> What is expected: Where the records below reach the line containing "#92=AXIS2_PLACEMENT_3D('',#73,#18,#76);", start transcribing, and end with the line containing "#102=CARTESIAN_POINT('',(19.,0.,0.));", exactly and with nothing else added.

• • •

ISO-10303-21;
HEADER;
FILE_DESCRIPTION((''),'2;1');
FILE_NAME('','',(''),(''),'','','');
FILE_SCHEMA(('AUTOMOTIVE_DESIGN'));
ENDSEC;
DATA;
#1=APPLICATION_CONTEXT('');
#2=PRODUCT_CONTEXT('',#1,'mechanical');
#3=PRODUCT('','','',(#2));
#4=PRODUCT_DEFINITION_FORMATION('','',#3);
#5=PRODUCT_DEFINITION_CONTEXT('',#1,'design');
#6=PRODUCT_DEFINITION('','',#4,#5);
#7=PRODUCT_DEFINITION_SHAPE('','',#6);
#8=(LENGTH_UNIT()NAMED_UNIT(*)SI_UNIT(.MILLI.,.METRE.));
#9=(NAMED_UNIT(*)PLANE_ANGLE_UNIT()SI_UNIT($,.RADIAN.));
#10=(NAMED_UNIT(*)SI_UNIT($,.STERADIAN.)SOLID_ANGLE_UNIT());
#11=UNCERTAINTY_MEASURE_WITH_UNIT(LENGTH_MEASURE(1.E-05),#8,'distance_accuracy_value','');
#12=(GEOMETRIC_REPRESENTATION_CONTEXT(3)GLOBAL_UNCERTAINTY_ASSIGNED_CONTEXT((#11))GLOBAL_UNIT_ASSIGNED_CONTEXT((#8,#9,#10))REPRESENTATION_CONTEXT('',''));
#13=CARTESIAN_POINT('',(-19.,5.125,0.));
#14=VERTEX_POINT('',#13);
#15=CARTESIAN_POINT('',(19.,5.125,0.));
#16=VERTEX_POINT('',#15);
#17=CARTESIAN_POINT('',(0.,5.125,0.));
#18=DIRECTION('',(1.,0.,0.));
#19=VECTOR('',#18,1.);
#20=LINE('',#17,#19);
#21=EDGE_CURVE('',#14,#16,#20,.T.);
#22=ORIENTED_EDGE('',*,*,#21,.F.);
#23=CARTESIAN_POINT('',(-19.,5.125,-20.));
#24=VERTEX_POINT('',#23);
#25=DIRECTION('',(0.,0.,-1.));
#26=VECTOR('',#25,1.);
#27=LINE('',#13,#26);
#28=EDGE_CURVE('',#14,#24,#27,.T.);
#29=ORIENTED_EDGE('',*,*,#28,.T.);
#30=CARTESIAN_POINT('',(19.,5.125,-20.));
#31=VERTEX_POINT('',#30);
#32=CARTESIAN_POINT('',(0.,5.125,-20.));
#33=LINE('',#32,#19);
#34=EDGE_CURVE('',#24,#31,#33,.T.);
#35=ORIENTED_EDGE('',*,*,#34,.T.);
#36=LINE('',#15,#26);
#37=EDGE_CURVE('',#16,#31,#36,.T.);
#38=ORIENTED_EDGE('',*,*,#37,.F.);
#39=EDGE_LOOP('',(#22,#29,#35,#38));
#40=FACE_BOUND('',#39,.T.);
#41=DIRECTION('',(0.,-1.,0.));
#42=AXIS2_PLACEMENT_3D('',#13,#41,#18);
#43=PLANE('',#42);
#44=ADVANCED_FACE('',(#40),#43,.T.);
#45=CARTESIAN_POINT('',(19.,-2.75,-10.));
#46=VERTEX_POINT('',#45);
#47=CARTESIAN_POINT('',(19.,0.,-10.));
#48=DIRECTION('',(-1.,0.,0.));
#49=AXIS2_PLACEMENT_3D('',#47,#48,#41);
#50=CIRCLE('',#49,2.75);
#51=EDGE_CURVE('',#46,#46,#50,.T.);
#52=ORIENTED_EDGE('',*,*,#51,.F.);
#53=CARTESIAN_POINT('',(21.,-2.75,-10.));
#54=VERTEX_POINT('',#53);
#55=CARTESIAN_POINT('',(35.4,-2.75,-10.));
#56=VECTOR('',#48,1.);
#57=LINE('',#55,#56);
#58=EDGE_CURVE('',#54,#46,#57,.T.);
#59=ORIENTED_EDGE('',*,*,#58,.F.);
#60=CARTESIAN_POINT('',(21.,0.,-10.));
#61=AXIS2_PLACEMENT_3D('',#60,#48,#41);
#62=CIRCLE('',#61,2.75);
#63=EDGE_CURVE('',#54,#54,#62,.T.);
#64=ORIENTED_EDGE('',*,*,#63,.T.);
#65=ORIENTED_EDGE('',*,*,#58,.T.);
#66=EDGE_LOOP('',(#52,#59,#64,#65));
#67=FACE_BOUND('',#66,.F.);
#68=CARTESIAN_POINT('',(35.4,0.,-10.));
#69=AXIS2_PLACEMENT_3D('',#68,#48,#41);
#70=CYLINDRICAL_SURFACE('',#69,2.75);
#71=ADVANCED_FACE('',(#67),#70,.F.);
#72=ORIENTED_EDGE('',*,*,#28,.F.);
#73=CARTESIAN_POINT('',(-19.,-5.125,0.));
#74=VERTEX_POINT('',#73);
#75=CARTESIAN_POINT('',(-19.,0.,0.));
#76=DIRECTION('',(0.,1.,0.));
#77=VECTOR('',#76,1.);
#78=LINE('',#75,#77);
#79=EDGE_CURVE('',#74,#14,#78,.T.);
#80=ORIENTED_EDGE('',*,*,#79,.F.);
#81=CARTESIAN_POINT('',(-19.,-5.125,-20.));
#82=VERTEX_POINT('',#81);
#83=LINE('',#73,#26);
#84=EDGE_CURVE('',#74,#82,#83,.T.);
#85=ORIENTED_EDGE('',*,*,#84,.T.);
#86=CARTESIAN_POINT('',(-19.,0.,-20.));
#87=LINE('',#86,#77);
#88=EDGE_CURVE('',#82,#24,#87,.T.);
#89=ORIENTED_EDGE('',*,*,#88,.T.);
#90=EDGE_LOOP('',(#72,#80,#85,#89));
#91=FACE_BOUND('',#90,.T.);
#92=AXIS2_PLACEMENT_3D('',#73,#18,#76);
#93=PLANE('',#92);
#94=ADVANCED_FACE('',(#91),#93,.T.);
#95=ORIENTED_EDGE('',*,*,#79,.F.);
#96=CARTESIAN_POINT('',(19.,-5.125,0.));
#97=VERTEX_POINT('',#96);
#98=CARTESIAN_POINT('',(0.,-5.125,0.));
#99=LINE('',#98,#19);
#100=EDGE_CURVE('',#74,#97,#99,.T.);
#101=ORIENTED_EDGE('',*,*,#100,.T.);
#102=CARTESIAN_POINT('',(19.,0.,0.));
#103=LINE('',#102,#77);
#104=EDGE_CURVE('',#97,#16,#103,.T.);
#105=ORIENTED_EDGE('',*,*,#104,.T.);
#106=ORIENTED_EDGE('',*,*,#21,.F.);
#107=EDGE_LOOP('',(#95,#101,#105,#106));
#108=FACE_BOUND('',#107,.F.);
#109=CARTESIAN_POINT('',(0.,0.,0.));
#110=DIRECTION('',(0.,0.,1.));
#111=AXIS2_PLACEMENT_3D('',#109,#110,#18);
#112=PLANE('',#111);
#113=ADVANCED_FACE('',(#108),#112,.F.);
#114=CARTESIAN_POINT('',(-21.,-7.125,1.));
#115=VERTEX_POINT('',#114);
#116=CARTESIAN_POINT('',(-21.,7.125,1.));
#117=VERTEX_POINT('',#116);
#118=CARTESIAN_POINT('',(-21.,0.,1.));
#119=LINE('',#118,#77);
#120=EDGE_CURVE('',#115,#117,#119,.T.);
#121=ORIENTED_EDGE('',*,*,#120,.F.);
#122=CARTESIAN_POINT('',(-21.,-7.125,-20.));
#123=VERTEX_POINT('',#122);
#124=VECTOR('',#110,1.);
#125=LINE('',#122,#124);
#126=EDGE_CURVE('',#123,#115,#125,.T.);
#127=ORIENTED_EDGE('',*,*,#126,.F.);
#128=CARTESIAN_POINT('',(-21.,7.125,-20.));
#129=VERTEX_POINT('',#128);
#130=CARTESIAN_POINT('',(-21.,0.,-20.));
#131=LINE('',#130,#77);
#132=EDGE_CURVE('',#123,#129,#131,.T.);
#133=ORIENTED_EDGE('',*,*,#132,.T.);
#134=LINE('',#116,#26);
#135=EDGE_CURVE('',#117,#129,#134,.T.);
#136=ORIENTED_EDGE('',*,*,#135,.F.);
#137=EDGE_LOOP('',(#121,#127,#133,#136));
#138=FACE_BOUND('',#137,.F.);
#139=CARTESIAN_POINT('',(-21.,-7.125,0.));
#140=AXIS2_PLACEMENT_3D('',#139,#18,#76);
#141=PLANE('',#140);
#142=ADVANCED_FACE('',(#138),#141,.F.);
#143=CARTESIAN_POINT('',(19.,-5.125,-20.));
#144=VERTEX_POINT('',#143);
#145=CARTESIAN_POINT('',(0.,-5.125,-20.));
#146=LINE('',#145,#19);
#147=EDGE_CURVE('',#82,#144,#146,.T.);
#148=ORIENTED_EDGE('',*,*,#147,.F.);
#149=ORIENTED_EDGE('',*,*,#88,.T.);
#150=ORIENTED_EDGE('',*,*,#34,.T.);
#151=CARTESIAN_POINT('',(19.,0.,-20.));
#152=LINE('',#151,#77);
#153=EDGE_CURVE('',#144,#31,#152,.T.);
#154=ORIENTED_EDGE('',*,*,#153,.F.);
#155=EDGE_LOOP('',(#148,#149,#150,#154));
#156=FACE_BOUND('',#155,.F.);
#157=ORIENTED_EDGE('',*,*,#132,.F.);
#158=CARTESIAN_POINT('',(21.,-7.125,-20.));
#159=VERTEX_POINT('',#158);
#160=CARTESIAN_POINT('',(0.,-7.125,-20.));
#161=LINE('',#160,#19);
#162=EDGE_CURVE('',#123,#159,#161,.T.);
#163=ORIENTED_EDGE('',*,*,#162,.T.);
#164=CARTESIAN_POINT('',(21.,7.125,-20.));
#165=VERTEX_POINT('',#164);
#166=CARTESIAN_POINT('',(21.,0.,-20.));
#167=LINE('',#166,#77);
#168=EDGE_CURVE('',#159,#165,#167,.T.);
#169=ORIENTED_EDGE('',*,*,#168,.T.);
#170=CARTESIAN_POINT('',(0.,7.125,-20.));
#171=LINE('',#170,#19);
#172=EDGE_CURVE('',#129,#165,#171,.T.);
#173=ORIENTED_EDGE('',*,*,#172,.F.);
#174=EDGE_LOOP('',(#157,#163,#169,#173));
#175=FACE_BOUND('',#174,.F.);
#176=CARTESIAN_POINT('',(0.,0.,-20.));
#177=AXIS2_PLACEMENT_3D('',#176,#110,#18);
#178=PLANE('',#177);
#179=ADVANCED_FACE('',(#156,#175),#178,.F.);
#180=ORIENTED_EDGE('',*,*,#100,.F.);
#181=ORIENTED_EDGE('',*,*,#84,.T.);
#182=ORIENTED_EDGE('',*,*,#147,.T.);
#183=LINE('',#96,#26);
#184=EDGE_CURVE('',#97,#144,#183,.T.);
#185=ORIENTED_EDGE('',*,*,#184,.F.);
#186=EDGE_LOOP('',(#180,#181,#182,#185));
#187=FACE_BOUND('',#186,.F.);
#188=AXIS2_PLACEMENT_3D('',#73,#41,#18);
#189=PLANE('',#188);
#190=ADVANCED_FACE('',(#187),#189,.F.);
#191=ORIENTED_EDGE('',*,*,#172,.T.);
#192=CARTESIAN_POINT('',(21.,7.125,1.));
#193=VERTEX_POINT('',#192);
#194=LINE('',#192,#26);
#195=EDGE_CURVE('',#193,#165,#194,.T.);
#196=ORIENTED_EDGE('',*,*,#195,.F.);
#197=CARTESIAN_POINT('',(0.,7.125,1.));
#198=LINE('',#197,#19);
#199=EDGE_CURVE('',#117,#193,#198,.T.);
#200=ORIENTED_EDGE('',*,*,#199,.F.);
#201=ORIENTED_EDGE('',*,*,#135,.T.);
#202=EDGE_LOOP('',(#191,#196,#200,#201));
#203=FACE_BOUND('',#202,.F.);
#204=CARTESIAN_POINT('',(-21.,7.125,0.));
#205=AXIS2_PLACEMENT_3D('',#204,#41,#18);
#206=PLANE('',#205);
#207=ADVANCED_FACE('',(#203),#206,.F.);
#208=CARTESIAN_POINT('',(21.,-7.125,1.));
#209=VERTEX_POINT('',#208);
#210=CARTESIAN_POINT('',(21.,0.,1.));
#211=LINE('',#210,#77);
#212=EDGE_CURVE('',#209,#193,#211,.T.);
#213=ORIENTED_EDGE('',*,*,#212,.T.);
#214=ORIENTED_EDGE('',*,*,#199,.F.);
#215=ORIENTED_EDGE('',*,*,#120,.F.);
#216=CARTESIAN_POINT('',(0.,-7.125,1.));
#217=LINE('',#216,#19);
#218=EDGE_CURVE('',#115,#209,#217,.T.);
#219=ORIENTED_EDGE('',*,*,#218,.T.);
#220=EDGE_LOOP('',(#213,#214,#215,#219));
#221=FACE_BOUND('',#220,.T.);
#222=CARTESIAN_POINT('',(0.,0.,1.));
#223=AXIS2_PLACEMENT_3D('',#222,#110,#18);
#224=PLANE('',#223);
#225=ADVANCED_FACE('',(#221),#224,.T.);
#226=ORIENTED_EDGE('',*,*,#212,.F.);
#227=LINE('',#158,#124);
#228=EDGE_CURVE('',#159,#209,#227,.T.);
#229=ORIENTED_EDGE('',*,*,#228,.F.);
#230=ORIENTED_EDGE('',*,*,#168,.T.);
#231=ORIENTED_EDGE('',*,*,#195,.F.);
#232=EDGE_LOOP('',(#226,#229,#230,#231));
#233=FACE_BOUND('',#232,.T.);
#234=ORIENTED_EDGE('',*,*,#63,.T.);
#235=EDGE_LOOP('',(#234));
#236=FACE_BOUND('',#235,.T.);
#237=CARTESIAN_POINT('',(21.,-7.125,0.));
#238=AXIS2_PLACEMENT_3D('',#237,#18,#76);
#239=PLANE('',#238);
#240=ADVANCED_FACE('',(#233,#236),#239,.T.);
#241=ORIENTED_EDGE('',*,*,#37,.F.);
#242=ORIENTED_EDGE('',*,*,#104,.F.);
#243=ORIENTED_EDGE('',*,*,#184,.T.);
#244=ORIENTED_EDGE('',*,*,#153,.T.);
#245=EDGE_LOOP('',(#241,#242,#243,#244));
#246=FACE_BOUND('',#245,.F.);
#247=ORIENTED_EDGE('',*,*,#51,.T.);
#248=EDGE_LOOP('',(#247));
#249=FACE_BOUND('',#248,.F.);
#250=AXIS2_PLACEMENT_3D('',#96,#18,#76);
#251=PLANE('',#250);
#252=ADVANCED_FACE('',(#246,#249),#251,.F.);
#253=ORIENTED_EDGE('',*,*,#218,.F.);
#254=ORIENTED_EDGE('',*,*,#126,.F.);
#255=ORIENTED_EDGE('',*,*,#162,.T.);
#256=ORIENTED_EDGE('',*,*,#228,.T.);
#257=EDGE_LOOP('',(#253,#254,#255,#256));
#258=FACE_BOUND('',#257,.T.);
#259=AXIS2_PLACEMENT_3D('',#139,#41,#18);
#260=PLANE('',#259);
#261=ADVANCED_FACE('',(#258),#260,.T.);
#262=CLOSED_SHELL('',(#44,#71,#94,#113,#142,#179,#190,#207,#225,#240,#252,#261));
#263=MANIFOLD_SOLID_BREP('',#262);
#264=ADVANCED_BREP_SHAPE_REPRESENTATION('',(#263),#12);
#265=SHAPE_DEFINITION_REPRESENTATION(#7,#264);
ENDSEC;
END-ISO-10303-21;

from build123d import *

# Parameters (mm, degrees)
F0_W     = 42
F0_H     = 14.25
F0_W_2   = 38
F0_H_2   = 10.25
F1_DEPTH = 1
F2_DEPTH = 20
F4_D     = 5.5
F4_DEPTH = 14.4


with BuildPart() as f1:
    # F0 (on Top) → F1 (new body)
    with BuildSketch(Plane.XY):
        Rectangle(F0_W, F0_H)
        Rectangle(F0_W_2, F0_H_2, mode=Mode.SUBTRACT)
        Rectangle(F0_W_2, F0_H_2)
    extrude(amount=F1_DEPTH)

    # F0 (on Top) → F2 (join)
    with BuildSketch(Plane.XY):
        Rectangle(F0_W, F0_H)
        Rectangle(F0_W_2, F0_H_2, mode=Mode.SUBTRACT)
    extrude(amount=-F2_DEPTH)

    # F4
    with Locations(Plane.YZ.offset(21)):
        with Locations((0, -10)):
            Hole(F4_D / 2, depth=F4_DEPTH)


solid = f1.part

• • •

> Exercise result:
#92=AXIS2_PLACEMENT_3D('',#73,#18,#76);
#93=PLANE('',#92);
#94=ADVANCED_FACE('',(#91),#93,.T.);
#95=ORIENTED_EDGE('',*,*,#79,.F.);
#96=CARTESIAN_POINT('',(19.,-5.125,0.));
#97=VERTEX_POINT('',#96);
#98=CARTESIAN_POINT('',(0.,-5.125,0.));
#99=LINE('',#98,#19);
#100=EDGE_CURVE('',#74,#97,#99,.T.);
#101=ORIENTED_EDGE('',*,*,#100,.T.);
#102=CARTESIAN_POINT('',(19.,0.,0.));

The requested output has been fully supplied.